2
votes

I have defined a type of trees, together with a fusion operation as follows:

open nat

inductive tree : Type
| lf : tree
| nd : tree -> nat -> tree -> tree

open tree

def fusion : tree -> tree -> tree
| lf t2 := t2
| (nd l1 x1 r1) lf := (nd l1 x1 r1)
| (nd l1 x1 r1) (nd l2 x2 r2) :=
    if x1 <= x2
    then nd (fusion r1 (nd l2 x2 r2)) x1 l1
    else nd (fusion (nd l1 x1 r1) r2) x2 l2

Then, I have a counting function which returns the number of occurrences of a given integer in a tree:

def occ : nat -> tree -> nat
| _ lf := 0
| y (nd g x d) := (occ y g) + (occ y d) + (if x = y then 1 else 0)

I want to prove that (occ x (fusion t1 t2)) = (occ x t1) + (occ x t2), but in the course of the proof, I have a problem as I don't know how to deal with the given induction hypotheses.

So far, I have come up to this:

theorem q5 : ∀ (x : ℕ) (t1 t2 : tree),
    (occ x (fusion t1 t2)) = (occ x t1) + (occ x t2) :=
begin
    intros x t1 t2,
    induction t1 with g1 x1 d1 _ ih1,
    simp [fusion, occ],
    induction t2 with g2 x2 d2 _ ih2,
    simp [fusion, occ],
    by_cases x1 <= x2,
    simp [fusion, h, occ],
    rw ih1,
    simp [occ, fusion, h],
    simp [occ, fusion, h],
end

but I'm desperately stuck. The ih deals with fusion d1 (nd g2 x2 d2)) while I want something about fusion (nd g1 x1 d1) d2.

I'll gladly welcome any suggestion.

1

1 Answers

1
votes

The easiest approach to this question is to prove using the equation compiler using the same pattern match that you defined the function fusion with

theorem q5 (x : ℕ) : ∀ (t1 t2 : tree),
    (occ x (fusion t1 t2)) = (occ x t1) + (occ x t2)
| lf t2 := by simp [fusion, occ]
| (nd l1 x1 r1) lf := by simp [fusion, occ]
| (nd l1 x1 r1) (nd l2 x2 r2) := 
begin
  simp only [fusion, occ],
  by_cases hx12 : x1 ≤ x2,
  { rw [if_pos hx12],
    simp only [fusion, occ],
    rw q5,
    simp [occ] },
  { rw if_neg hx12,
    simp only [fusion, occ],
    rw q5,
    simp [occ] }
end

An alternative approach is

theorem q5 : ∀ (x : ℕ) (t1 t2 : tree),
    (occ x (fusion t1 t2)) = (occ x t1) + (occ x t2) :=
begin
  intros x t1,
  induction t1 with g1 x1 d1 _ ih1,
  { simp [fusion, occ] },
  { assume t2,
    induction t2 with g2 x2 d2 _ ih2,
    simp [fusion, occ],
    by_cases x1 <= x2,
    { simp [fusion, h, occ, ih1] },
    { simp [occ, fusion, h, ih2] } },
end

The problem with your approach is that rw ih2 is possible at the end of your proof but generates two difficult to prove subgoals due to the hypotheses before the induction hypothesis.
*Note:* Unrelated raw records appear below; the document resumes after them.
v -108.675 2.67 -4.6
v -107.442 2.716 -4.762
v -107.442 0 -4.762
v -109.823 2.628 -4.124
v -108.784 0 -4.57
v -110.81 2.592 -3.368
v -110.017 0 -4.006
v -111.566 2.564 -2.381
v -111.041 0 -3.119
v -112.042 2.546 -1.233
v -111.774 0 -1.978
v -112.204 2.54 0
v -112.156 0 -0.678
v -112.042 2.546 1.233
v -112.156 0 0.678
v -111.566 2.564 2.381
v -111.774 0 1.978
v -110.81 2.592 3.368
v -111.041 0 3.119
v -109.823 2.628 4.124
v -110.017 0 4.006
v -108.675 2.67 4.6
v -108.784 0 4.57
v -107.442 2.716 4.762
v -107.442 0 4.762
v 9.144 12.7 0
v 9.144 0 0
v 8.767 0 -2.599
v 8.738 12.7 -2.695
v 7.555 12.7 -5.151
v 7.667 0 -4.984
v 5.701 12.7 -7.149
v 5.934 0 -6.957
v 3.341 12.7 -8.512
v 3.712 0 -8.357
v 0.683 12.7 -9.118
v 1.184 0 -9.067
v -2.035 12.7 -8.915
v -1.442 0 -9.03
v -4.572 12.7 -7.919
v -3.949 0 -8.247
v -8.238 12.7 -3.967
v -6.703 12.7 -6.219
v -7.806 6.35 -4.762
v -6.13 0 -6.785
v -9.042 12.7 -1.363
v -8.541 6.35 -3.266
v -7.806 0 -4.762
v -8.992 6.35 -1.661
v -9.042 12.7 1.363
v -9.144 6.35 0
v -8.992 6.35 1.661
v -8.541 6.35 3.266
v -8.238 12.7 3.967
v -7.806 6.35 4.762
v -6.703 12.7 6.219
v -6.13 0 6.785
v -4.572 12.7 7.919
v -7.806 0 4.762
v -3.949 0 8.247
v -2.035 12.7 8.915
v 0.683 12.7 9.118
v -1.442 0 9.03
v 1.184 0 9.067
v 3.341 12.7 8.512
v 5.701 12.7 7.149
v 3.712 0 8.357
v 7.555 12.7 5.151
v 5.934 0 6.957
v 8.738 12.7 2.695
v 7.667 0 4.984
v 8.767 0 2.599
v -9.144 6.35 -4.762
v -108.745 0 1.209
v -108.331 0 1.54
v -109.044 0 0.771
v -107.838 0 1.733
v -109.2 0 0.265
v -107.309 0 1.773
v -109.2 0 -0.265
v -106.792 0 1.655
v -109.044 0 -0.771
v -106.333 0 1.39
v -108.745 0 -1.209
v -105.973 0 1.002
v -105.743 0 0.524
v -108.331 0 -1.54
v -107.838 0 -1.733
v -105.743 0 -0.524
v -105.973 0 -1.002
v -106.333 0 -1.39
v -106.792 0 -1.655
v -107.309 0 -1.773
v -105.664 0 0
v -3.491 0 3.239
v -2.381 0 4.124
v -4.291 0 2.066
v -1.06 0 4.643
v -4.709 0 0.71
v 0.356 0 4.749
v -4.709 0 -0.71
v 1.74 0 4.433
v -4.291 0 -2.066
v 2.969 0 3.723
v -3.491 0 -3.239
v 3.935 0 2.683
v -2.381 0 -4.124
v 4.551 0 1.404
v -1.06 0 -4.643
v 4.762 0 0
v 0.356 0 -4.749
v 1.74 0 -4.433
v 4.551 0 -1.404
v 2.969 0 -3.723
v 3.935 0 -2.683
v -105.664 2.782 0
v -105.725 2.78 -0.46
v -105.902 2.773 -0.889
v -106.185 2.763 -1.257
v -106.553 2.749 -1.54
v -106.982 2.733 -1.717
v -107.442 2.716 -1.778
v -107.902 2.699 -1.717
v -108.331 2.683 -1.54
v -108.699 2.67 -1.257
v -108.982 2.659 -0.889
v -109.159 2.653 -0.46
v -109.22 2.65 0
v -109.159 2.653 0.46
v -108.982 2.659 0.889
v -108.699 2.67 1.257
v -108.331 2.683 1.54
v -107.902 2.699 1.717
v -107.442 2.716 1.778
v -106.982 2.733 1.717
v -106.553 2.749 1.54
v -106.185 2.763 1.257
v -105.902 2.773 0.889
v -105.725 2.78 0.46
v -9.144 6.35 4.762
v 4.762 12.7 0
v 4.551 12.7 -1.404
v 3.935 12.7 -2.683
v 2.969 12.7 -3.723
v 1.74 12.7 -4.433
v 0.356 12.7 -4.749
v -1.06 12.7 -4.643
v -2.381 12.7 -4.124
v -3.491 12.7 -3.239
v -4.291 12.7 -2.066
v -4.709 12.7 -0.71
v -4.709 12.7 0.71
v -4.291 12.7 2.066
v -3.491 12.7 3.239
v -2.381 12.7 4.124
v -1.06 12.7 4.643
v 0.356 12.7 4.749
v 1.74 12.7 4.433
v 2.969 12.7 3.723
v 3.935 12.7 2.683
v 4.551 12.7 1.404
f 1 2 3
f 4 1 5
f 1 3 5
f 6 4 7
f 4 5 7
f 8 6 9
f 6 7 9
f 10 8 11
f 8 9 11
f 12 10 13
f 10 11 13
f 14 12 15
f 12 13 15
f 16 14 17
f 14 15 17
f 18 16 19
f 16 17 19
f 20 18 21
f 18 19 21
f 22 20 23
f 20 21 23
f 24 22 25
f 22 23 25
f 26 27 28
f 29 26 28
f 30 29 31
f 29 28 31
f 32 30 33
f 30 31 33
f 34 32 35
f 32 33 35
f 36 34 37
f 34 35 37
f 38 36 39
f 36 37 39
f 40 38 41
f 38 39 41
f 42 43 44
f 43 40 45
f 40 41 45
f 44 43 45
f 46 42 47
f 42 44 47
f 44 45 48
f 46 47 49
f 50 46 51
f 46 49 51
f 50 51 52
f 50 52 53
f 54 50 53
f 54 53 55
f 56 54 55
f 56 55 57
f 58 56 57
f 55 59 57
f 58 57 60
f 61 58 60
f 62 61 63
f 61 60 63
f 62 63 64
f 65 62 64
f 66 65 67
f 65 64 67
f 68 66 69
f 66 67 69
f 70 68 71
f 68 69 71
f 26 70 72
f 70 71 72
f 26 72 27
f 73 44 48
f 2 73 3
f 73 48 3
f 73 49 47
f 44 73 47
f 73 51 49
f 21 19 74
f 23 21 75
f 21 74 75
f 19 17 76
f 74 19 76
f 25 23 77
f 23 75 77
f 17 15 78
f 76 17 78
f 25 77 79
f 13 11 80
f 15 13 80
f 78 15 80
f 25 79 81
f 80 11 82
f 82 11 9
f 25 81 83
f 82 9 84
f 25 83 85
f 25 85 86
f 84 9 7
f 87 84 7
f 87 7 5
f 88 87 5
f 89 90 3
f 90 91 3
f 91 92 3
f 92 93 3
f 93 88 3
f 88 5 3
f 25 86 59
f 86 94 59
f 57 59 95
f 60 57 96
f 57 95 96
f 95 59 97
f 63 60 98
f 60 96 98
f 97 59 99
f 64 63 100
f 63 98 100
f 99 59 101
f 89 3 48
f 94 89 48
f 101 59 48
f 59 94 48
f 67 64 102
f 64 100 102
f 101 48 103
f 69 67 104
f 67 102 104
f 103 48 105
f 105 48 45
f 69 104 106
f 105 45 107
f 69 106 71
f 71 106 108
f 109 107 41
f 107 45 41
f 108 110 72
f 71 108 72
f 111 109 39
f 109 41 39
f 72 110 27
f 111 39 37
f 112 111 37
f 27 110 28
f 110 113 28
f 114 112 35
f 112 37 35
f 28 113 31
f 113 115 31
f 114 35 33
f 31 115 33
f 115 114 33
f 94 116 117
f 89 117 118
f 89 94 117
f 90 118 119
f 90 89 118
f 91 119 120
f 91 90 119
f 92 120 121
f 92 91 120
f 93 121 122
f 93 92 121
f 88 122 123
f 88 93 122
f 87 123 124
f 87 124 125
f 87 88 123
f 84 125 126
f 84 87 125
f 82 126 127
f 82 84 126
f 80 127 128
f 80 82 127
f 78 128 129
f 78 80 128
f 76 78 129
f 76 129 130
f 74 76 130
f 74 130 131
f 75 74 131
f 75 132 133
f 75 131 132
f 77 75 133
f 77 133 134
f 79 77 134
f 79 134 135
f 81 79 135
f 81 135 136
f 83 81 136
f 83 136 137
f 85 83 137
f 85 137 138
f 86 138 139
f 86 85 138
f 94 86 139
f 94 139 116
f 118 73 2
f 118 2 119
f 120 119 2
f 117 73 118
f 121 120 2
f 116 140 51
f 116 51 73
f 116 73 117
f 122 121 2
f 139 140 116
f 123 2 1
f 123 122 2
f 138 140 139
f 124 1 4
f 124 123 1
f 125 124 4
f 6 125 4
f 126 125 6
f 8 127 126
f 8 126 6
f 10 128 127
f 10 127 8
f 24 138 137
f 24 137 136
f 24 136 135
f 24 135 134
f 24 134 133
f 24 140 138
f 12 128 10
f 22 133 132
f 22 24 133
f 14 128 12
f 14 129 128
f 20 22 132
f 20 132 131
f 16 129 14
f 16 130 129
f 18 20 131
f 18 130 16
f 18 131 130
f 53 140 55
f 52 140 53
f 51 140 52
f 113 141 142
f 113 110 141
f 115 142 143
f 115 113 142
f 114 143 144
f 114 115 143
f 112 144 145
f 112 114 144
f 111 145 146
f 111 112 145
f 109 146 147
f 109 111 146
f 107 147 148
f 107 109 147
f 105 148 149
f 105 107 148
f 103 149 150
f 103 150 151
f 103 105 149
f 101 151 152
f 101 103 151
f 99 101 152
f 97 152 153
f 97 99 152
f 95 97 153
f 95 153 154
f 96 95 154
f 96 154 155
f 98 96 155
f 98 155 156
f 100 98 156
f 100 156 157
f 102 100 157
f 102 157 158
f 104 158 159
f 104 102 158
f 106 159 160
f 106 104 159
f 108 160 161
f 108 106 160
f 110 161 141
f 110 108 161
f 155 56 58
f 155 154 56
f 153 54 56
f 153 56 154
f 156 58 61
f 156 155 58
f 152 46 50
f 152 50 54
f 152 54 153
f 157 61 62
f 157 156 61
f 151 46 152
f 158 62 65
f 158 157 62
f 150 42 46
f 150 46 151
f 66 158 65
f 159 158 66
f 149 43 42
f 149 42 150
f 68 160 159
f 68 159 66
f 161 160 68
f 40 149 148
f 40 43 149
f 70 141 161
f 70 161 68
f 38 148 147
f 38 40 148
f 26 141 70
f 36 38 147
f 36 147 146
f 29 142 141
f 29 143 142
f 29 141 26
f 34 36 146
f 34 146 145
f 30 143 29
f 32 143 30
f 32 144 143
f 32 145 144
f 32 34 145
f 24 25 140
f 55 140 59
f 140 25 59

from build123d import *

# Parameters (mm, degrees)
SKETCH1_R               = 9.144
SKETCH1_R_2             = 4.7625
BOSS_EXTRUDE1_DEPTH     = 12.7
SKETCH2_R               = 1.778
BOSS_EXTRUDE2_DEPTH     = 6.35
SKETCH3_R               = 4.7625
CUT_EXTRUDE1_DEPTH      = 13.97
CUT_EXTRUDE3_DEPTH      = 10.144
CUT_EXTRUDE3_DEPTH_BACK = 10.144


with BuildPart() as part:
    # Sketch1 → Boss-Extrude1 (new body)
    with BuildSketch(Plane(origin=(0, 0, 0), x_dir=(1, 0, 0), z_dir=(0, 1, 0))):
        Circle(SKETCH1_R)
        Circle(SKETCH1_R_2, mode=Mode.SUBTRACT)
    extrude(amount=BOSS_EXTRUDE1_DEPTH)

    # Sketch2 → Boss-Extrude2 (add)
    with BuildSketch(Plane(origin=(0, 0, 0), x_dir=(1, 0, 0), z_dir=(0, 1, 0))):
        with BuildLine():
            Line((0, -4.7625), (0, 4.7625))
            Line((0, 4.7625), (-107.442, 4.7625))
            ThreePointArc((-107.442, 4.7625), (-112.2045, 0), (-107.442, -4.7625))
            Line((-107.442, -4.7625), (0, -4.7625))
        make_face()
        with Locations((-107.442, 0)):
            Circle(SKETCH2_R, mode=Mode.SUBTRACT)
    extrude(amount=BOSS_EXTRUDE2_DEPTH)

    # Sketch3 → Cut-Extrude1 (cut)
    with BuildSketch(Plane(origin=(0, 12.7, 0), x_dir=(1, 0, 0), z_dir=(0, 1, 0))):
        Circle(SKETCH3_R)
    extrude(amount=-CUT_EXTRUDE1_DEPTH, mode=Mode.SUBTRACT)

    # Sketch4 → Cut-Extrude3 (cut, two sides)
    with BuildSketch(Plane.XY) as cut_extrude3_sk:
        Polygon((-112.2045, 2.54), (-112.2045, 6.35), (-9.144, 6.35), align=None)
    extrude(amount=CUT_EXTRUDE3_DEPTH, mode=Mode.SUBTRACT)
    extrude(cut_extrude3_sk.sketch, amount=-CUT_EXTRUDE3_DEPTH_BACK, mode=Mode.SUBTRACT)


solid = part.part
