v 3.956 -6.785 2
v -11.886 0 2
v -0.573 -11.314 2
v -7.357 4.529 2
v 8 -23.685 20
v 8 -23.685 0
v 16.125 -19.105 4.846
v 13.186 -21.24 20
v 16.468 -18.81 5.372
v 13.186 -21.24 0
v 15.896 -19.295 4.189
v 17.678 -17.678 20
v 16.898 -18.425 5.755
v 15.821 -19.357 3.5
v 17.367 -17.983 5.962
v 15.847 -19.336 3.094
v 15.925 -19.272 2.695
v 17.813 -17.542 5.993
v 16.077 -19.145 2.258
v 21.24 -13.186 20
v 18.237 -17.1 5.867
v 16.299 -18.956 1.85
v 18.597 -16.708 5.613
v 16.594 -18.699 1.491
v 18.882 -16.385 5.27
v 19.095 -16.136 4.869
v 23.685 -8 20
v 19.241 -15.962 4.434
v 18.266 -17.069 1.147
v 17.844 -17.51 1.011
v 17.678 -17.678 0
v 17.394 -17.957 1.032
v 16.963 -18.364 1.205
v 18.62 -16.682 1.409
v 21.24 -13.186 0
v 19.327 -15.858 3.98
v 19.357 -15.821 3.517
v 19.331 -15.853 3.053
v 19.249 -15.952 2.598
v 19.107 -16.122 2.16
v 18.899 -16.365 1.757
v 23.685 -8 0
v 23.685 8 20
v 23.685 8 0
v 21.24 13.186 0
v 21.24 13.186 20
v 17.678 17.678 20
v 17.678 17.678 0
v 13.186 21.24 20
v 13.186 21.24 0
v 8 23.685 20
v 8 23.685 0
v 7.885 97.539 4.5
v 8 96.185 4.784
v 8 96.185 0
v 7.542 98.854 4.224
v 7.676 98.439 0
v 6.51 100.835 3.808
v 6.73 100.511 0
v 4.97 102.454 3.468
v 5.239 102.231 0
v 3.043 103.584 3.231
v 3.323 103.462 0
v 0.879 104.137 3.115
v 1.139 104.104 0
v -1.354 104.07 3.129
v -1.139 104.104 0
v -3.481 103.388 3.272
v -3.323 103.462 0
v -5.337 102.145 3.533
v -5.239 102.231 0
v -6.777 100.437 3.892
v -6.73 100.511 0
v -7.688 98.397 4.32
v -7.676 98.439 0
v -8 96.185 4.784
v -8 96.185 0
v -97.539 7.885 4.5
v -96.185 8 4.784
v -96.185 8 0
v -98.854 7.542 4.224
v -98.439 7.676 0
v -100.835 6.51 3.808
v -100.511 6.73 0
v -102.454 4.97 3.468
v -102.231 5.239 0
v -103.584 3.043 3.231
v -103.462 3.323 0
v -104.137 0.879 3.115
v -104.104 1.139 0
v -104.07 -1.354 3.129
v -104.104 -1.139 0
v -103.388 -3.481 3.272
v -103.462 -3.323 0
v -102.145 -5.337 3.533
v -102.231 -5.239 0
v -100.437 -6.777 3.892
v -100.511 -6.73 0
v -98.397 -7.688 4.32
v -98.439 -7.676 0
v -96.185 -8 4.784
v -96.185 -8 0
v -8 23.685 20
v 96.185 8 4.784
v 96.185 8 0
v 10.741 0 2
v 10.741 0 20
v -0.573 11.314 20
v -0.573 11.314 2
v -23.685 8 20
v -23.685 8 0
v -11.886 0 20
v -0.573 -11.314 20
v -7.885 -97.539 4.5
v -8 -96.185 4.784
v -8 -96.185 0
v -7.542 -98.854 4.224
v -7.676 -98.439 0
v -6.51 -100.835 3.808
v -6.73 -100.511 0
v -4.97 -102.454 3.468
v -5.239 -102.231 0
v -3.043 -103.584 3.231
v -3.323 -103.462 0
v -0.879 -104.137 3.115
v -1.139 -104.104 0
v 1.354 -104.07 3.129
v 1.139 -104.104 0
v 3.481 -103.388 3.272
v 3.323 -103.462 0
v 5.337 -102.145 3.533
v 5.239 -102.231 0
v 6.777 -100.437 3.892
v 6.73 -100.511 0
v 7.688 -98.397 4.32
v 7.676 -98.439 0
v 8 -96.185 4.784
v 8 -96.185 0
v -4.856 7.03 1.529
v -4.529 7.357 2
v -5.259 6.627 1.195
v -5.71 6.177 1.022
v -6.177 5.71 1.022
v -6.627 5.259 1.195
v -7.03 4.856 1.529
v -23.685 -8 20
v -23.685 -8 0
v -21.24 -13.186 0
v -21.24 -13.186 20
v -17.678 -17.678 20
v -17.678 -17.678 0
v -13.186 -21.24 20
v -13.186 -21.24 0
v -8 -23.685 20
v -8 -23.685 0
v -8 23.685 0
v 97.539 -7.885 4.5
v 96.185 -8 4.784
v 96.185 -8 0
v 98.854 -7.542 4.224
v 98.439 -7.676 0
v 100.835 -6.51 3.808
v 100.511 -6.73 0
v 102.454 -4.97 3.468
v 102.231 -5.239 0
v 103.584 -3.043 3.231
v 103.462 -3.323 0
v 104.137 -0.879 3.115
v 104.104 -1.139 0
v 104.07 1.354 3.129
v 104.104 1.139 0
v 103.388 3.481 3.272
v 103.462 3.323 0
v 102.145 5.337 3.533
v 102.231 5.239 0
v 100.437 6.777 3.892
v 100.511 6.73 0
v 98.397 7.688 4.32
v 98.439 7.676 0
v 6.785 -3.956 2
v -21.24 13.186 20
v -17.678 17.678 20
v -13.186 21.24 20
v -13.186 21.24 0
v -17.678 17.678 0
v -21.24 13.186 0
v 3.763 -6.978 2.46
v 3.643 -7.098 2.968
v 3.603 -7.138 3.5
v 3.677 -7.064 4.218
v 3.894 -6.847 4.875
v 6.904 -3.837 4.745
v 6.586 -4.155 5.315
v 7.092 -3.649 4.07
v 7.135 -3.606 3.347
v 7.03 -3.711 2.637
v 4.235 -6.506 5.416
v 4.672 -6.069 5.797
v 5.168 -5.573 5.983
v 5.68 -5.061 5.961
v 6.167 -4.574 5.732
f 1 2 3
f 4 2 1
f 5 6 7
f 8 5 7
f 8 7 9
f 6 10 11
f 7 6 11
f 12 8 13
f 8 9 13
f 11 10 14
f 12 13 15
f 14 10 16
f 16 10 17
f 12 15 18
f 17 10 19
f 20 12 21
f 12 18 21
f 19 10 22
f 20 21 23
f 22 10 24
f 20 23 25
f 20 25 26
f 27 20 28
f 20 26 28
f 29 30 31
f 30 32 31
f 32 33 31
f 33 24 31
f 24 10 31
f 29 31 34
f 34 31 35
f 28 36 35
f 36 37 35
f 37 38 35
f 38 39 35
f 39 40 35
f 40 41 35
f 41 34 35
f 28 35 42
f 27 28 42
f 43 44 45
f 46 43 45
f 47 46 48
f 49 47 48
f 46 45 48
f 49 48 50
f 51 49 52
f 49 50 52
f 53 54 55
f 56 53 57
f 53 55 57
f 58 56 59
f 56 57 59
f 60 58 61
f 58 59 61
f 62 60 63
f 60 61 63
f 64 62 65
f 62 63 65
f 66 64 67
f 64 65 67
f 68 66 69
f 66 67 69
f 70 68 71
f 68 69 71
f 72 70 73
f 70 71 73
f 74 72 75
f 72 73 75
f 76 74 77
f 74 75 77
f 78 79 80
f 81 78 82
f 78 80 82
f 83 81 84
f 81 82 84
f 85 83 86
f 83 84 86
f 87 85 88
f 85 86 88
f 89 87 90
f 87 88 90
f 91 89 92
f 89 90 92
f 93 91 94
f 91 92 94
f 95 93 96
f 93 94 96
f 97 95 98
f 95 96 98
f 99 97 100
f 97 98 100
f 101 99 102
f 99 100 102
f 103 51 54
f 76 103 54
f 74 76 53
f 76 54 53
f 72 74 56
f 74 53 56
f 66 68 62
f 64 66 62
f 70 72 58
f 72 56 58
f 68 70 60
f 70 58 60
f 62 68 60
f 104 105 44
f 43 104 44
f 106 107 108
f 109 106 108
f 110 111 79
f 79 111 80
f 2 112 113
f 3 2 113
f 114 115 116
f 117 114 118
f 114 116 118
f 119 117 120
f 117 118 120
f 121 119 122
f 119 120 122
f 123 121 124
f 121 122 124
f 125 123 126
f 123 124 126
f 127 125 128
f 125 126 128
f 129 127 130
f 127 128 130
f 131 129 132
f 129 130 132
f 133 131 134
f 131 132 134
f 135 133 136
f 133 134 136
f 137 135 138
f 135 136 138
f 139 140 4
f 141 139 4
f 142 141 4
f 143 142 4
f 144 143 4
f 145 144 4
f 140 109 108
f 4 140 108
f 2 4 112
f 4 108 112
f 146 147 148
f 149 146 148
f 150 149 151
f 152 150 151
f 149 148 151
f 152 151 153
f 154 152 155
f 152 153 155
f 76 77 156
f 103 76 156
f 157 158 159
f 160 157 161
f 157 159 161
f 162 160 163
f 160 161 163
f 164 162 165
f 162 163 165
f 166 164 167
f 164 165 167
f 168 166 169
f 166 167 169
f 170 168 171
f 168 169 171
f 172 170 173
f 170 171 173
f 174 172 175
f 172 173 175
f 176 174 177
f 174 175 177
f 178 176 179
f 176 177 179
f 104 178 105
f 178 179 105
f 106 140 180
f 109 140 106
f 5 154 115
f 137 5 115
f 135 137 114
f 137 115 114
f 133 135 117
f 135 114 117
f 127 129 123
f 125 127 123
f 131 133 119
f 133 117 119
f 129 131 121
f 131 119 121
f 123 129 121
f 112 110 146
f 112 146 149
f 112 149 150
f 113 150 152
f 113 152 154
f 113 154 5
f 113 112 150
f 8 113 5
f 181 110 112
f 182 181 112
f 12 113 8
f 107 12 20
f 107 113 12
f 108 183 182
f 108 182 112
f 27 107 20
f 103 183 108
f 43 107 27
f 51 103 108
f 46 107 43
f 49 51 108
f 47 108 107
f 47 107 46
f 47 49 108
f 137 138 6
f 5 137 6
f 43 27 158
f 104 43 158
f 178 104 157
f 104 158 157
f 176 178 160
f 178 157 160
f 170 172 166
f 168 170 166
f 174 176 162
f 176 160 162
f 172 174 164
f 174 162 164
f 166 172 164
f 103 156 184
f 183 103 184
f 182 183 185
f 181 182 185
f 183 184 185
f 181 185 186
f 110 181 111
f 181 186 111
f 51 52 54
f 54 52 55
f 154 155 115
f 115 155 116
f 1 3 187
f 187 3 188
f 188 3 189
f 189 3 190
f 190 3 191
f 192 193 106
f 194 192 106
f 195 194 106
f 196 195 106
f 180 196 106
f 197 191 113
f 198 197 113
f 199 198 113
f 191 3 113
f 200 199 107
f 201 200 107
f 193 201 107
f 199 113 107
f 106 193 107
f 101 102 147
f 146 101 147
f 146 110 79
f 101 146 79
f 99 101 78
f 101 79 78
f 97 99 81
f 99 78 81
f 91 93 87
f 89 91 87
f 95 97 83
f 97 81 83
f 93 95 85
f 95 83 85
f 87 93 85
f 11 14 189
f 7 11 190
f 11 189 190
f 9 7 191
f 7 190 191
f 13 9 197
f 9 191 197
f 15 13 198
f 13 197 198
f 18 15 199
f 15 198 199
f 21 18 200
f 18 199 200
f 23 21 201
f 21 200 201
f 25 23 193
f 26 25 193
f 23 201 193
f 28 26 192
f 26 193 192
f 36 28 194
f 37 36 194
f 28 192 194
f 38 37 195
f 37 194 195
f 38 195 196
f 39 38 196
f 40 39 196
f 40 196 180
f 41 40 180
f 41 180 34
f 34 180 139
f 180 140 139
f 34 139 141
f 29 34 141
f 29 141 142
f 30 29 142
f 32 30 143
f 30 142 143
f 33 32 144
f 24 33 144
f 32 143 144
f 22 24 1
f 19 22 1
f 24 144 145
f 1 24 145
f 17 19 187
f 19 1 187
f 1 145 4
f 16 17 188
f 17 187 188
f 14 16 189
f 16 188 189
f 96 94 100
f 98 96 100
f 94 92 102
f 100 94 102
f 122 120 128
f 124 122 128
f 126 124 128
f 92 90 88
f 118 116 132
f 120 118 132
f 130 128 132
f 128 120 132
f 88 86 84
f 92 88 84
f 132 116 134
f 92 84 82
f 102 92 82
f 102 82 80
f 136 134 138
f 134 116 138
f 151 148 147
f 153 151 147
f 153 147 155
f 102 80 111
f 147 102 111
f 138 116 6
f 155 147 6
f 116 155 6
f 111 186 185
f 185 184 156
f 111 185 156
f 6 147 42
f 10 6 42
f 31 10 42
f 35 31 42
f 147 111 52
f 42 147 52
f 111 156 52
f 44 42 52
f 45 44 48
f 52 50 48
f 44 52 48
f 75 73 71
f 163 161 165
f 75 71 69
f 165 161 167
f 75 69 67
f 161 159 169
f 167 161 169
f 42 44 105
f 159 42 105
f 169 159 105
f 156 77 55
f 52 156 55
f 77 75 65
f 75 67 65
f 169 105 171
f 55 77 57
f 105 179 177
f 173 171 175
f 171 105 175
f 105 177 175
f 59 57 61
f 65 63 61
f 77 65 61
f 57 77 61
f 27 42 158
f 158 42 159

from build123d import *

# Parameters (mm, degrees)
F1_DEPTH       = 20
F3_DEPTH       = 16
F5_DEPTH       = 16
F7_DEPTH       = 16
F9_DEPTH       = 18
F10_R          = 2.5
F11_DEPTH      = 17.4049884739
F11_DEPTH_BACK = 16
F13_DEPTH      = 16


with BuildPart() as f1:
    # F0 (on Top) → F1 (new body)
    with BuildSketch(Plane.XY):
        with BuildLine():
            ThreePointArc((23.6854385647, -8), (24.6691706804, -4.0536425523), (25, 0))
            ThreePointArc((25, 0), (24.6691706804, 4.0536425523), (23.6854385647, 8))
            ThreePointArc((23.6854385647, 8), (17.6776695297, 17.6776695297), (8, 23.6854385647))
            ThreePointArc((8, 23.6854385647), (0, 25), (-8, 23.6854385647))
            ThreePointArc((-8, 23.6854385647), (-17.6776695297, 17.6776695297), (-23.6854385647, 8))
            ThreePointArc((-23.6854385647, 8), (-25, 0), (-23.6854385647, -8))
            ThreePointArc((-23.6854385647, -8), (-17.6776695297, -17.6776695297), (-8, -23.6854385647))
            ThreePointArc((-8, -23.6854385647), (0, -25), (8, -23.6854385647))
            ThreePointArc((8, -23.6854385647), (17.6776695297, -17.6776695297), (23.6854385647, -8))
        make_face()
        with BuildLine():
            ThreePointArc((23.6854385647, 8), (24.6691706804, 4.0536425523), (25, 0))
            ThreePointArc((25, 0), (24.6691706804, -4.0536425523), (23.6854385647, -8))
            Line((23.6854385647, -8), (96.1854385647, -8))
            ThreePointArc((96.1854385647, -8), (104.1854385647, 0), (96.1854385647, 8))
            Line((96.1854385647, 8), (23.6854385647, 8))
        make_face()
        with BuildLine():
            ThreePointArc((-8, 23.6854385647), (0, 25), (8, 23.6854385647))
            Line((8, 23.6854385647), (8, 96.1854385647))
            ThreePointArc((8, 96.1854385647), (0, 104.1854385647), (-8, 96.1854385647))
            Line((-8, 96.1854385647), (-8, 23.6854385647))
        make_face()
        with BuildLine():
            Line((8, -96.1854385647), (8, -23.6854385647))
            ThreePointArc((8, -23.6854385647), (0, -25), (-8, -23.6854385647))
            Line((-8, -23.6854385647), (-8, -96.1854385647))
            ThreePointArc((-8, -96.1854385647), (0, -104.1854385647), (8, -96.1854385647))
        make_face()
        with BuildLine():
            ThreePointArc((-23.6854385647, -8), (-25, 0), (-23.6854385647, 8))
            Line((-23.6854385647, 8), (-96.1854385647, 8))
A solution to this is to change the first induction hypothesis. There is no intro t2 before the induction in my second proof. That way the induction hypothesis is stronger for the first induction, because starts with ∀ t2.

Whenever you do induction on a variable t2, every hypothesis mentioning t2 is automatically added as an assumption before your induction hypothesis.

In your cases, the induction hypotheses for the first induction mention t2, so you end up with an awkward induction hypothesis for the second hypothesis.

However, my induction hypotheses for the first induction start with ∀ t2, so they are not about my local constant t2, so they are not added to the induction hypothesis for the second induction, so I have a more useful induction hypothesis.

There is usually no downside to giving yourself the most powerful induction hypothesis like this, by generalizing it ∀ t2. This is why it is the default way that the equation compiler generates induction hypotheses.